Data excerpts Block Start

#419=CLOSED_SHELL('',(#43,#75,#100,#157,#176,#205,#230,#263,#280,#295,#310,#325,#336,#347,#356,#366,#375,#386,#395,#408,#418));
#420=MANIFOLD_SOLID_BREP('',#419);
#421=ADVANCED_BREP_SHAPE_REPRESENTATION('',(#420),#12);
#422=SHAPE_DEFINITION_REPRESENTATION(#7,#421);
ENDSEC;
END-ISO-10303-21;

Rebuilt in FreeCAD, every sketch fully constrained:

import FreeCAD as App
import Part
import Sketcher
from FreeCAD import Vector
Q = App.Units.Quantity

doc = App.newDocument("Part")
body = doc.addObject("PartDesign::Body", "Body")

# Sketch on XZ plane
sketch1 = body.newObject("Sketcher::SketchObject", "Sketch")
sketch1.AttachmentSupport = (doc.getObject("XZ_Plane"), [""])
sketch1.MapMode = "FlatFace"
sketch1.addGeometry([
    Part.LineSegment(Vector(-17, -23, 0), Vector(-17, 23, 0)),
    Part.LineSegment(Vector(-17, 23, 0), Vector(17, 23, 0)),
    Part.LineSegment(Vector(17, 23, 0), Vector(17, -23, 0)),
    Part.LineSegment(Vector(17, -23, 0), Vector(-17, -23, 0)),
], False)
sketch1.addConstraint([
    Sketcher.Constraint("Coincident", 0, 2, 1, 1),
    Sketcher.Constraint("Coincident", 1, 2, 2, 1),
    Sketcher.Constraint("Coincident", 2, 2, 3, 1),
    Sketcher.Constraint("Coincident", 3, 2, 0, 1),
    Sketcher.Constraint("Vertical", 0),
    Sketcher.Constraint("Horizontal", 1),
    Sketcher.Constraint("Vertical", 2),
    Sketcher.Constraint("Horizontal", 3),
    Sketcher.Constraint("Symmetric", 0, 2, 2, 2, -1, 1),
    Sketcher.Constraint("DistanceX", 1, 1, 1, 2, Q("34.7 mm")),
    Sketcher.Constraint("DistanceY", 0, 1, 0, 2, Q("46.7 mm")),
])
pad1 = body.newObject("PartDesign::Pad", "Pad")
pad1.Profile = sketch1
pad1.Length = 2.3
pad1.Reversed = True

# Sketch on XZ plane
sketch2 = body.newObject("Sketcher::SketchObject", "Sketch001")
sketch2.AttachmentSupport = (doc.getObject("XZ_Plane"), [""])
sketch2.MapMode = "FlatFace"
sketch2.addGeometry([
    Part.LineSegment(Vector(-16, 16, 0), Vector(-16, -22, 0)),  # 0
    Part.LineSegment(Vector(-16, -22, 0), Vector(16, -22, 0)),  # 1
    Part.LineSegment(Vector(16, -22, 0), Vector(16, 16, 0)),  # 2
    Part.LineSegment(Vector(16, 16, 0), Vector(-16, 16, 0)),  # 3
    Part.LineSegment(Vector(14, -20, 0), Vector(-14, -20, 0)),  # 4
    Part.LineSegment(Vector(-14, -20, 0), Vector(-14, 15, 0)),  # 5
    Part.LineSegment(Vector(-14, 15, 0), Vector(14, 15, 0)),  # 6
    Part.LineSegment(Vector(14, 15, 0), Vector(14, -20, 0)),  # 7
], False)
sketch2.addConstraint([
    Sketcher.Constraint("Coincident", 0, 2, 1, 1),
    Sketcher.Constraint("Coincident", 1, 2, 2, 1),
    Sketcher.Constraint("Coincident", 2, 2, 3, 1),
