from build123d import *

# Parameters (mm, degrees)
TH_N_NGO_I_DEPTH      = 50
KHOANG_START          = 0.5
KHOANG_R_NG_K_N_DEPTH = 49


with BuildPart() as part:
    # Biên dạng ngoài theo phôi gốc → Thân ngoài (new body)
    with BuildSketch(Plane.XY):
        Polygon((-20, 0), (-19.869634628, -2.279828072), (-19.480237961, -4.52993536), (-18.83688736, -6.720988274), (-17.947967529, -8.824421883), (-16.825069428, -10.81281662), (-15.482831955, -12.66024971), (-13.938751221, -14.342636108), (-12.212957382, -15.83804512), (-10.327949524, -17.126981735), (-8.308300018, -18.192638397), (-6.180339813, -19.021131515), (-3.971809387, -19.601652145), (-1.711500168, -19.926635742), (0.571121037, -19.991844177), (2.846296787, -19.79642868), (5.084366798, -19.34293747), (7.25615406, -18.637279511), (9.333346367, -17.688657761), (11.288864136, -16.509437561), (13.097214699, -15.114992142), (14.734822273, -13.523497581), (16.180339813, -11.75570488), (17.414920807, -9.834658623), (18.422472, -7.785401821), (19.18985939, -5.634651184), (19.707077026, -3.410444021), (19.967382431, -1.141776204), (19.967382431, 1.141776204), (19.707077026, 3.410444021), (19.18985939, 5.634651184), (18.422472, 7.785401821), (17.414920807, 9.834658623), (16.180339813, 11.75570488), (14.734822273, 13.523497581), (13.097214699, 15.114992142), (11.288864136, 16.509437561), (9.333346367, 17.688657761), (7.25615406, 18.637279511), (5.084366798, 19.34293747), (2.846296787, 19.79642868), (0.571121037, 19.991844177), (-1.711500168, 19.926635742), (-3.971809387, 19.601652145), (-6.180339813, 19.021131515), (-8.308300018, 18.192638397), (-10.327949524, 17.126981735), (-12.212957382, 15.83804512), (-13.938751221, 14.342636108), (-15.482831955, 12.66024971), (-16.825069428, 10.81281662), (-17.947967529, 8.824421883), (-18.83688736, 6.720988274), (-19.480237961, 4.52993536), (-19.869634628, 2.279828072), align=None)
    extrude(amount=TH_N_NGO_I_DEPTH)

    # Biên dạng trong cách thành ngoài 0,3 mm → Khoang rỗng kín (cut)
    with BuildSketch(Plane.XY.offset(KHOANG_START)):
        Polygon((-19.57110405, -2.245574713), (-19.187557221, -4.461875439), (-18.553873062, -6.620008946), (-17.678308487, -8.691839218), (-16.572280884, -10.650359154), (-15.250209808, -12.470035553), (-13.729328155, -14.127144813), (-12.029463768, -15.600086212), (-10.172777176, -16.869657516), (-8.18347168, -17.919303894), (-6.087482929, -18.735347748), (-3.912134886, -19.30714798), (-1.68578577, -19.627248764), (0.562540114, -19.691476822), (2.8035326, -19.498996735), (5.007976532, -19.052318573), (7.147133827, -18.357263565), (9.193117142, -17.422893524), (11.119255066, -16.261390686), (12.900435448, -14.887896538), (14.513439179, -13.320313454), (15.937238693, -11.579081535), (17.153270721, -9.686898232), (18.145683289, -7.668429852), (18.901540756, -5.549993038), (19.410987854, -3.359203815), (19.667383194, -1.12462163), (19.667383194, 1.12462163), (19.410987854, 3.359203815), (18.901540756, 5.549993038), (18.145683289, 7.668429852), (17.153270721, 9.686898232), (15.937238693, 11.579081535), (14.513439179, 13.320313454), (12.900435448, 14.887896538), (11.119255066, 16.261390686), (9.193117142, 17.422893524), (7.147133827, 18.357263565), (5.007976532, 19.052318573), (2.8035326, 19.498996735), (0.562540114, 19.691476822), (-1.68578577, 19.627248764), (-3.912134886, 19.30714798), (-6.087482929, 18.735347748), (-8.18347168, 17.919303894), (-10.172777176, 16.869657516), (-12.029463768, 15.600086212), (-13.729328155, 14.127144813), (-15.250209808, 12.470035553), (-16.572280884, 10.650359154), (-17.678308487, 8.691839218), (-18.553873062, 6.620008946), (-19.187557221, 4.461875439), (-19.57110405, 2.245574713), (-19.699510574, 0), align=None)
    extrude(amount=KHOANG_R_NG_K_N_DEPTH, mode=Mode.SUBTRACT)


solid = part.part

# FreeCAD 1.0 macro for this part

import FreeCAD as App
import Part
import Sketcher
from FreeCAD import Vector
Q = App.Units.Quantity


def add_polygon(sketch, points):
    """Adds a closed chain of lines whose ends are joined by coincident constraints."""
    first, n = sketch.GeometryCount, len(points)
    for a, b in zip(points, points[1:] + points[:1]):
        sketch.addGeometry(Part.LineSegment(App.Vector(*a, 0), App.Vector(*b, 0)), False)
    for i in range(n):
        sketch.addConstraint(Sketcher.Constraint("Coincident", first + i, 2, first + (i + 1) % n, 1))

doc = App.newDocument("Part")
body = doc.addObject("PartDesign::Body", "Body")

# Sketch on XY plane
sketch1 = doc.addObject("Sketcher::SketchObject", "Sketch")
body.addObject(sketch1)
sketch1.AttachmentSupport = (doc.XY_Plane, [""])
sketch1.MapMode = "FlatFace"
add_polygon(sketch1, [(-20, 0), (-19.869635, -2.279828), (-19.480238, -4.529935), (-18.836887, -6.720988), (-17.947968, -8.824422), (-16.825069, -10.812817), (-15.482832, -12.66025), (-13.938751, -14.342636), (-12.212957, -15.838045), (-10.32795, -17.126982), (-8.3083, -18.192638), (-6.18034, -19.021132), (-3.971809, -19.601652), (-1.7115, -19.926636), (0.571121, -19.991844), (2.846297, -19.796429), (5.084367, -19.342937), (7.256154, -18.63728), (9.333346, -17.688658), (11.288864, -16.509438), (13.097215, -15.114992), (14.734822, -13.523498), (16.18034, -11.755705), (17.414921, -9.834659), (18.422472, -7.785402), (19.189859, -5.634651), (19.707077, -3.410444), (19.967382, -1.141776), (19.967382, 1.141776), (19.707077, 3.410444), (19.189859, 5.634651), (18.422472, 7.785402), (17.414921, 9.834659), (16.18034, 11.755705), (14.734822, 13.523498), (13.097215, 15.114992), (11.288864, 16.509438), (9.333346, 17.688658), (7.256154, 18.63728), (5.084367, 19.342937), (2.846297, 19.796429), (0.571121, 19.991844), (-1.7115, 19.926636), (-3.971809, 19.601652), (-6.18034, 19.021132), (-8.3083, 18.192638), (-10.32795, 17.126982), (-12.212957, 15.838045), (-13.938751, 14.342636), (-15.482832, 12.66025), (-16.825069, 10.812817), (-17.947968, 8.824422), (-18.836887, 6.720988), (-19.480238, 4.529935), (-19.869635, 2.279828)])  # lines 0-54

Data excerpts Block End

* **Problem statement**: The required output is the exact run of lines from the beginning of the records to the line with "END-ISO-10303-21;", that line included.

* **Exercise solution**:
#419=CLOSED_SHELL('',(#43,#75,#100,#157,#176,#205,#230,#263,#280,#295,#310,#325,#336,#347,#356,#366,#375,#386,#395,#408,#418));
#420=MANIFOLD_SOLID_BREP('',#419);
#421=ADVANCED_BREP_SHAPE_REPRESENTATION('',(#420),#12);
#422=SHAPE_DEFINITION_REPRESENTATION(#7,#421);
ENDSEC;
END-ISO-10303-21;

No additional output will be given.